It Tried to Live Free It Deserves Its Fate


February 05, 1992|By RICHARD REEVES

NEW YORK. — New York -- Barring unexpected bad luck, this will be the first time in 24 years that I will not be in New Hampshire for its quadrennial vote festival, ''First Primary in the Nation.''

I won't miss it.

In fact, I take a certain perverse pleasure in listening to the Yankee whining coming from that corner this year about rising taxes and declining government in these hard times. The people of New Hampshire, with no state income tax or state sales tax, have made their bed, of ice, and now they have to lie in it -- and pay rising property taxes just to maintain their abysmal level of public services.

''Live Free or Die'' is the state motto. My observation, based on all those visits over the years, was that folks really meant the first part. A lot of them in the southern part of the state, which is where the people huddle together in the winter, were trying to live free by working across the border in Massachusetts and skidding back to their chilly tax haven at night.

In 1988, my last trip, New Hampshire was booming. Unemployment was below 2.5 percent and the price of an average house -- one near employment in Massachusetts -- rose to more than $140,000.

Now unemployment is almost 8 percent and the average house price is down to $111,000. The state has lost more than 50,000 jobs in just four years.

I wish those terrible things had not happened to my fellow Americans, but at least it stopped the constant and sanctimonious verbal contempt for government in general and ''Taxachusetts'' in particular.

The public works and diverse non-Yankee public of Boston were seen as an affront to New Hampshiremen who went to white wooden churches and hid their money from the collection plates of government. With the grace of God, they persuaded themselves, they did not need the modern services and industries of Massachusetts and they did not need to invest any of their own money in roads and classrooms -- there was not even garbage collection in many parts -- and other such responsibilities of civilized government.

So, they lived free, passing around ''The Pledge,'' created by one of the United States' worst newspapers, the Manchester Union Leader, a slip of paper committing politicians not to consider imposing broad-based taxes on noble New Hampshire. Sign or die, candidates.

That's how George Bush defeated Bob Dole in the 1988 Republican primary: Mr. Dole was asked to sign a national pledge not to raise federal taxes during a televised debate. He refused, and that was it for him.

It was great, self-deluding fun. Shopping malls were built along the border, sometimes with the parking lots in Massachusetts, so that people from Boston and environs could avoid their home state's sales taxes. All that worked up to a point. The point was the collapse of the Massachusetts economy, with the debris falling on the border-crossers in New Hampshire.

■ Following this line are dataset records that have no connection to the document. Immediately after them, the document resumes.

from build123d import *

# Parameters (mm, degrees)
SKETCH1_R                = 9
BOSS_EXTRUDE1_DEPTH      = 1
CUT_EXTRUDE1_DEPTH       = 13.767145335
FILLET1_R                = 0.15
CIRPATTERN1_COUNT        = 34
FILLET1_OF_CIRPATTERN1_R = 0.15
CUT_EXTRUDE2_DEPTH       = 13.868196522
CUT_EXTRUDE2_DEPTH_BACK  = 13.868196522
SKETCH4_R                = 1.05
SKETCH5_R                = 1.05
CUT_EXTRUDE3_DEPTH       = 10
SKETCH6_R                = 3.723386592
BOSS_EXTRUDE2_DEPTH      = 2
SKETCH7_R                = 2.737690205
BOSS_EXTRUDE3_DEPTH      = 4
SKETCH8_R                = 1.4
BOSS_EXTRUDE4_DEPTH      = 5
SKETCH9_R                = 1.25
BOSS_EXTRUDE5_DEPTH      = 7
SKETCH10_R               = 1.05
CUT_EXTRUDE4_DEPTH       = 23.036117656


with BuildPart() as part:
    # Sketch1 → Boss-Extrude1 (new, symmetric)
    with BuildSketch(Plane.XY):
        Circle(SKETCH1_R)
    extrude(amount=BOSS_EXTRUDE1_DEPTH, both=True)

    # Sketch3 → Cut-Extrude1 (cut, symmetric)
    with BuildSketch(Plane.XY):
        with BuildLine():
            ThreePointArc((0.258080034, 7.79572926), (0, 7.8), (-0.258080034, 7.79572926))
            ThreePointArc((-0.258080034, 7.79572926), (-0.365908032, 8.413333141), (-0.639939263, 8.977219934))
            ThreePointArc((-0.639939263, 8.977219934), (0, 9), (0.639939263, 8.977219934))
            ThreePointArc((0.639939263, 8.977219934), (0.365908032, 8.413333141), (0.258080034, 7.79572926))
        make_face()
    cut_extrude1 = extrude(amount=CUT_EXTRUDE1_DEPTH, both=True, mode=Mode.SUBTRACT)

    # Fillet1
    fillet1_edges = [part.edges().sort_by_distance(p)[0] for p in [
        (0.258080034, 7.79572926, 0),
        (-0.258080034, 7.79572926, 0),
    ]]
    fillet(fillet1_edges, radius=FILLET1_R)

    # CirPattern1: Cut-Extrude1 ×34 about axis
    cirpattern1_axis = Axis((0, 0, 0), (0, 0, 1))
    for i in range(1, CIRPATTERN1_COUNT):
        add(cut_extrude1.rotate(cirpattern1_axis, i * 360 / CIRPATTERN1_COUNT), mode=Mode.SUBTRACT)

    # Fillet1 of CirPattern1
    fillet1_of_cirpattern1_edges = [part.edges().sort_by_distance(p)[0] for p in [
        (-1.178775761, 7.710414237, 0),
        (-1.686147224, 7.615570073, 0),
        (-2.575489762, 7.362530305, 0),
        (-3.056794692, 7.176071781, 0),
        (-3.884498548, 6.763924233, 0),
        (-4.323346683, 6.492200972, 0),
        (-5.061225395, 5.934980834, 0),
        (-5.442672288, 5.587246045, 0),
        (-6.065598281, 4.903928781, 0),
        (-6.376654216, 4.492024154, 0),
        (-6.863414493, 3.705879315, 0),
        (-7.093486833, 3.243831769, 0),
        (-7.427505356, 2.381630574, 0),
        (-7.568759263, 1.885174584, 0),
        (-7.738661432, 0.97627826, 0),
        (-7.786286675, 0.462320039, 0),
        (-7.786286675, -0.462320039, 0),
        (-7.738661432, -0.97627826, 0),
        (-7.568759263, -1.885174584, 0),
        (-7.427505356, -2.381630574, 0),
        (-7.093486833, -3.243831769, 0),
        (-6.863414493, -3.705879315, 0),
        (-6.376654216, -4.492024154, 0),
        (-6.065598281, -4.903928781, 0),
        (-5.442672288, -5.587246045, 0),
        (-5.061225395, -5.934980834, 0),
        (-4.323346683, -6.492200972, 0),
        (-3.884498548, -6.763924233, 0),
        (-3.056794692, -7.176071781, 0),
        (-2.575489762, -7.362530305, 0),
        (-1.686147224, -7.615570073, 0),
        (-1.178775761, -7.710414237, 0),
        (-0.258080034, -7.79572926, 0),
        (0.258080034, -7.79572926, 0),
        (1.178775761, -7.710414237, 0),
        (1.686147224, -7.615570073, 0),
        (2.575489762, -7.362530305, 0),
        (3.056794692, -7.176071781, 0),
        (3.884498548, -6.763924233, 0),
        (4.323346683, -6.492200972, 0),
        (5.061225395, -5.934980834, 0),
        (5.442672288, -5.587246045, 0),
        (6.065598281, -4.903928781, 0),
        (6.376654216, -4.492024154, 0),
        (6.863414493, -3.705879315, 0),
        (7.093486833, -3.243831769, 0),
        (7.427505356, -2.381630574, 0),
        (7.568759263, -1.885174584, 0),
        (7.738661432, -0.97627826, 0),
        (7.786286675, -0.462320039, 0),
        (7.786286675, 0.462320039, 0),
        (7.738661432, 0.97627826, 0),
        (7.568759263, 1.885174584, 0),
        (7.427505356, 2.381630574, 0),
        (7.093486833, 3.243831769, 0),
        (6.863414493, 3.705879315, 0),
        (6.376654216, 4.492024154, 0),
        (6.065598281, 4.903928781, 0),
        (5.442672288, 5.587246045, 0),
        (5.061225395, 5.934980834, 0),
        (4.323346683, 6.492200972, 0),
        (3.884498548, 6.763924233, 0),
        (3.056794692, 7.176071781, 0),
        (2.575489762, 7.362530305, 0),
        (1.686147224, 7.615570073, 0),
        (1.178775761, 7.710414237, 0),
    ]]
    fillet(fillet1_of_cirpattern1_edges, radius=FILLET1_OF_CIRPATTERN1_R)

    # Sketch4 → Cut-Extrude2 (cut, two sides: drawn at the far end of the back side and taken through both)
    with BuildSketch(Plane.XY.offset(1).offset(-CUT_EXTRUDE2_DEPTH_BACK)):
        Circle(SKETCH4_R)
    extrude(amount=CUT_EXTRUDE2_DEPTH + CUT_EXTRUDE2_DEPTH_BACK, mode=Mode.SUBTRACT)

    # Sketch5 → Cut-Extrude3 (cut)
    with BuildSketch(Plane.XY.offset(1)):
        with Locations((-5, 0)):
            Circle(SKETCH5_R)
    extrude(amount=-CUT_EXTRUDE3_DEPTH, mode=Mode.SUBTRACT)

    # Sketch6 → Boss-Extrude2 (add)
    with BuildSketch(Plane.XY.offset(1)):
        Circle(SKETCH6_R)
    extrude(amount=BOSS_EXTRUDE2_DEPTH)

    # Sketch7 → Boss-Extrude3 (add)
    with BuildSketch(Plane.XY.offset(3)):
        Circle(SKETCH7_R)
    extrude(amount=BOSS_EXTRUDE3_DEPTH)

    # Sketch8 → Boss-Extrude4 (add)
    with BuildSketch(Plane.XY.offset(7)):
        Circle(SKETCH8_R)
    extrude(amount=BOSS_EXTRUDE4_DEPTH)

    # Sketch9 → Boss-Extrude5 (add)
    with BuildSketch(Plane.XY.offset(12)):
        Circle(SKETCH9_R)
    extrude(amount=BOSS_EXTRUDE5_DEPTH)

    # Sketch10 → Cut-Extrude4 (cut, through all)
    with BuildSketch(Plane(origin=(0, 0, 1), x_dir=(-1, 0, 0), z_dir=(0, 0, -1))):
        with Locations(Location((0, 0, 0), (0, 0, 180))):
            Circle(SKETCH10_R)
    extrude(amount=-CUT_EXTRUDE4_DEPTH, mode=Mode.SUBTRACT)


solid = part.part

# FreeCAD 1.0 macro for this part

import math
import FreeCAD as App
import Part
import Sketcher
Q = App.Units.Quantity


def edges_at(feature, points):
    """Names of the edges that pass closest to the given points."""
    edges = feature.Shape.Edges
    near = lambda p: min(range(len(edges)), key=lambda i: edges[i].distToShape(Part.Vertex(*p))[0])
    return sorted({f"Edge{near(p) + 1}" for p in points})

doc = App.newDocument("Part")
body = doc.addObject("PartDesign::Body", "Body")

sketch1 = body.newObject("Sketcher::SketchObject", "Sketch")
sketch1.AttachmentSupport = (doc.getObject("XY_Plane"), [""])
sketch1.MapMode = "FlatFace"
sketch1.addGeometry(Part.Circle(App.Vector(0, 0, 0), App.Vector(0, 0, 1), 9), False)
sketch1.addConstraint(Sketcher.Constraint("Coincident", 0, 3, -1, 1))
sketch1.addConstraint(Sketcher.Constraint("Diameter", 0, Q("18 mm")))
pad1 = body.newObject("PartDesign::Pad", "Pad")
pad1.Profile = sketch1
pad1.Length = 2
pad1.Midplane = True

sketch2 = body.newObject("Sketcher::SketchObject", "Sketch001")
sketch2.AttachmentSupport = (doc.getObject("XY_Plane"), [""])
sketch2.MapMode = "FlatFace"
sketch2.addGeometry(Part.ArcOfCircle(Part.Circle(App.Vector(0, 0, 0), App.Vector(0, 0, 1), 7.8), math.radians(88.103898), math.radians(91.896102)), False)
sketch2.addGeometry(Part.ArcOfCircle(Part.Circle(App.Vector(2.507178, 7.721272, 0), App.Vector(0, 0, 1), 2.25033), math.radians(146.07431), math.radians(178.103898)), False)
sketch2.addGeometry(Part.ArcOfCircle(Part.Circle(App.Vector(0, 0, 0), App.Vector(0, 0, 1), 9), math.radians(85.922579), math.radians(94.077421)), False)
sketch2.addGeometry(Part.ArcOfCircle(Part.Circle(App.Vector(-2.507178, 7.721272, 0), App.Vector(0, 0, 1), 2.25033), math.radians(1.896102), math.radians(33.92569)), False)
sketch2.addConstraint(Sketcher.Constraint("Coincident", 0, 1, 1, 2))
sketch2.addConstraint(Sketcher.Constraint("Coincident", 1, 1, 2, 1))
sketch2.addConstraint(Sketcher.Constraint("Coincident", 2, 2, 3, 2))
sketch2.addConstraint(Sketcher.Constraint("Coincident", 3, 1, 0, 2))
sketch2.addConstraint(Sketcher.Constraint("Coincident", 0, 3, -1, 1))
sketch2.addConstraint(Sketcher.Constraint("Coincident", 2, 3, -1, 1))
sketch2.addConstraint(Sketcher.Constraint("Equal", 1, 3))
sketch2.addConstraint(Sketcher.Constraint("Symmetric", 1, 3, 3, 3, -2))
sketch2.addConstraint(Sketcher.Constraint("Radius", 2, Q("9 mm")))
sketch2.addConstraint(Sketcher.Constraint("Radius", 0, Q("7.8 mm")))
sketch2.addConstraint(Sketcher.Constraint("Radius", 1, Q("2.25033 mm")))
sketch2.addConstraint(Sketcher.Constraint("DistanceX", -1, 1, 0, 1, Q("0.25808 mm")))
sketch2.addConstraint(Sketcher.Constraint("DistanceX", -1, 1, 1, 1, Q("0.639939 mm")))
pocket1 = body.newObject("PartDesign::Pocket", "Pocket")
pocket1.Profile = sketch2
pocket1.Length = 27.534291
pocket1.Midplane = True
doc.recompute()

fillet = body.newObject("PartDesign::Fillet", "Fillet")
fillet.Base = (pocket1, edges_at(pocket1, [(0.258, 7.796, 0), (-0.258, 7.796, 0)]))
fillet.Radius = 0.15
doc.recompute()

polarpattern = body.newObject("PartDesign::PolarPattern", "PolarPattern")
polarpattern.Originals = [pocket1]
polarpattern.Axis = (doc.getObject("Z_Axis"), [""])
polarpattern.Angle = 360
polarpattern.Occurrences = 34
body.Tip = polarpattern
doc.recompute()

fillet2 = body.newObject("PartDesign::Fillet", "Fillet001")
fillet2.Base = (polarpattern, edges_at(polarpattern, [
    (-1.179, 7.71, 0),
    (-1.686, 7.616, 0),
    (-2.575, 7.363, 0),
    (-3.057, 7.176, 0),
    (-3.884, 6.764, 0),
    (-4.323, 6.492, 0),
    (-5.061, 5.935, 0),
    (-5.443, 5.587, 0),
    (-6.066, 4.904, 0),
    (-6.377, 4.492, 0),
    (-6.863, 3.706, 0),
    (-7.093, 3.244, 0),
    (-7.428, 2.382, 0),
    (-7.569, 1.885, 0),
    (-7.739, 0.976, 0),
    (-7.786, 0.462, 0),
    (-7.786, -0.462, 0),
    (-7.739, -0.976, 0),
    (-7.569, -1.885, 0),
    (-7.428, -2.382, 0),
    (-7.093, -3.244, 0),
    (-6.863, -3.706, 0),
    (-6.377, -4.492, 0),
    (-6.066, -4.904, 0),
    (-5.443, -5.587, 0),
    (-5.061, -5.935, 0),
    (-4.323, -6.492, 0),
    (-3.884, -6.764, 0),
    (-3.057, -7.176, 0),
    (-2.575, -7.363, 0),
    (-1.686, -7.616, 0),
    (-1.179, -7.71, 0),
    (-0.258, -7.796, 0),
    (0.258, -7.796, 0),
    (1.179, -7.71, 0),
    (1.686, -7.616, 0),
    (2.575, -7.363, 0),
    (3.057, -7.176, 0),
    (3.884, -6.764, 0),
    (4.323, -6.492, 0),
    (5.061, -5.935, 0),
    (5.443, -5.587, 0),
    (6.066, -4.904, 0),
    (6.377, -4.492, 0),
    (6.863, -3.706, 0),
    (7.093, -3.244, 0),
    (7.428, -2.382, 0),
    (7.569, -1.885, 0),
    (7.739, -0.976, 0),
    (7.786, -0.462, 0),
    (7.786, 0.462, 0),
    (7.739, 0.976, 0),
    (7.569, 1.885, 0),
    (7.428, 2.382, 0),
    (7.093, 3.244, 0),
    (6.863, 3.706, 0),
    (6.377, 4.492, 0),
    (6.066, 4.904, 0),
    (5.443, 5.587, 0),
    (5.061, 5.935, 0),
    (4.323, 6.492, 0),
    (3.884, 6.764, 0),
    (3.057, 7.176, 0),
    (2.575, 7.363, 0),
    (1.686, 7.616, 0),
    (1.179, 7.71, 0),
]))
fillet2.Radius = 0.15

sketch3 = body.newObject("Sketcher::SketchObject", "Sketch002")
sketch3.AttachmentSupport = (doc.getObject("XY_Plane"), [""])
sketch3.MapMode = "FlatFace"
sketch3.AttachmentOffset = App.Placement(App.Vector(0, 0, 1), App.Rotation())
sketch3.addGeometry(Part.Circle(App.Vector(0, 0, 0), App.Vector(0, 0, 1), 1.05), False)
sketch3.addConstraint(Sketcher.Constraint("Coincident", 0, 3, -1, 1))
sketch3.addConstraint(Sketcher.Constraint("Diameter", 0, Q("2.1 mm")))
pocket2 = body.newObject("PartDesign::Pocket", "Pocket001")
pocket2.Profile = sketch3
pocket2.Type = "ThroughAll"
pocket2.Midplane = True

sketch4 = body.newObject("Sketcher::SketchObject", "Sketch003")
sketch4.AttachmentSupport = (doc.getObject("XY_Plane"), [""])
sketch4.MapMode = "FlatFace"
sketch4.AttachmentOffset = App.Placement(App.Vector(0, 0, 1), App.Rotation())
sketch4.addGeometry(Part.Circle(App.Vector(-5, 0, 0), App.Vector(0, 0, 1), 1.05), False)
sketch4.addConstraint(Sketcher.Constraint("PointOnObject", 0, 3, -1))
sketch4.addConstraint(Sketcher.Constraint("Diameter", 0, Q("2.1 mm")))
sketch4.addConstraint(Sketcher.Constraint("DistanceX", 0, 3, -1, 1, Q("5 mm")))
pocket3 = body.newObject("PartDesign::Pocket", "Pocket002")
pocket3.Profile = sketch4
pocket3.Length = 10

sketch5 = body.newObject("Sketcher::SketchObject", "Sketch004")
sketch5.AttachmentSupport = (doc.getObject("XY_Plane"), [""])
sketch5.MapMode = "FlatFace"
sketch5.AttachmentOffset = App.Placement(App.Vector(0, 0, 1), App.Rotation())
sketch5.addGeometry(Part.Circle(App.Vector(0, 0, 0), App.Vector(0, 0, 1), 3.723387), False)
sketch5.addConstraint(Sketcher.Constraint("Coincident", 0, 3, -1, 1))
sketch5.addConstraint(Sketcher.Constraint("Diameter", 0, Q("7.446773 mm")))
pad2 = body.newObject("PartDesign::Pad", "Pad001")
pad2.Profile = sketch5
pad2.Length = 2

Without a prosperous Massachusetts to drain, 1 million New Hampshiremen and women have to pay their own bills, usually through property taxes that are becoming among the highest in the country. One of the things that hurts most now is the inflexibility of those property taxes.

Income taxes go down when you lose a job; property taxes don't. Mortgage payments don't go down, either, and more than 150,000 state homeowners are delinquent in mortgage payments.

A hard place, I think. It is not for nothing that New Hampshire

calls itself the Granite State. There's a mean streak up there. Or is it a coincidence that that one flinty little state could produce such mean little men, from Sherman Adams to John Sununu, watched over by the ghost of William Loeb past?

Having said that, I suppose we all owe something to New Hampshire every four years for rubbing some of the rough edges off the men who would be president. Where else but in New Hampshire would people think that Pat Buchanan is a cuddly guy?

, Maybe it's just the mittens.

Richard Reeves is a syndicated columnist.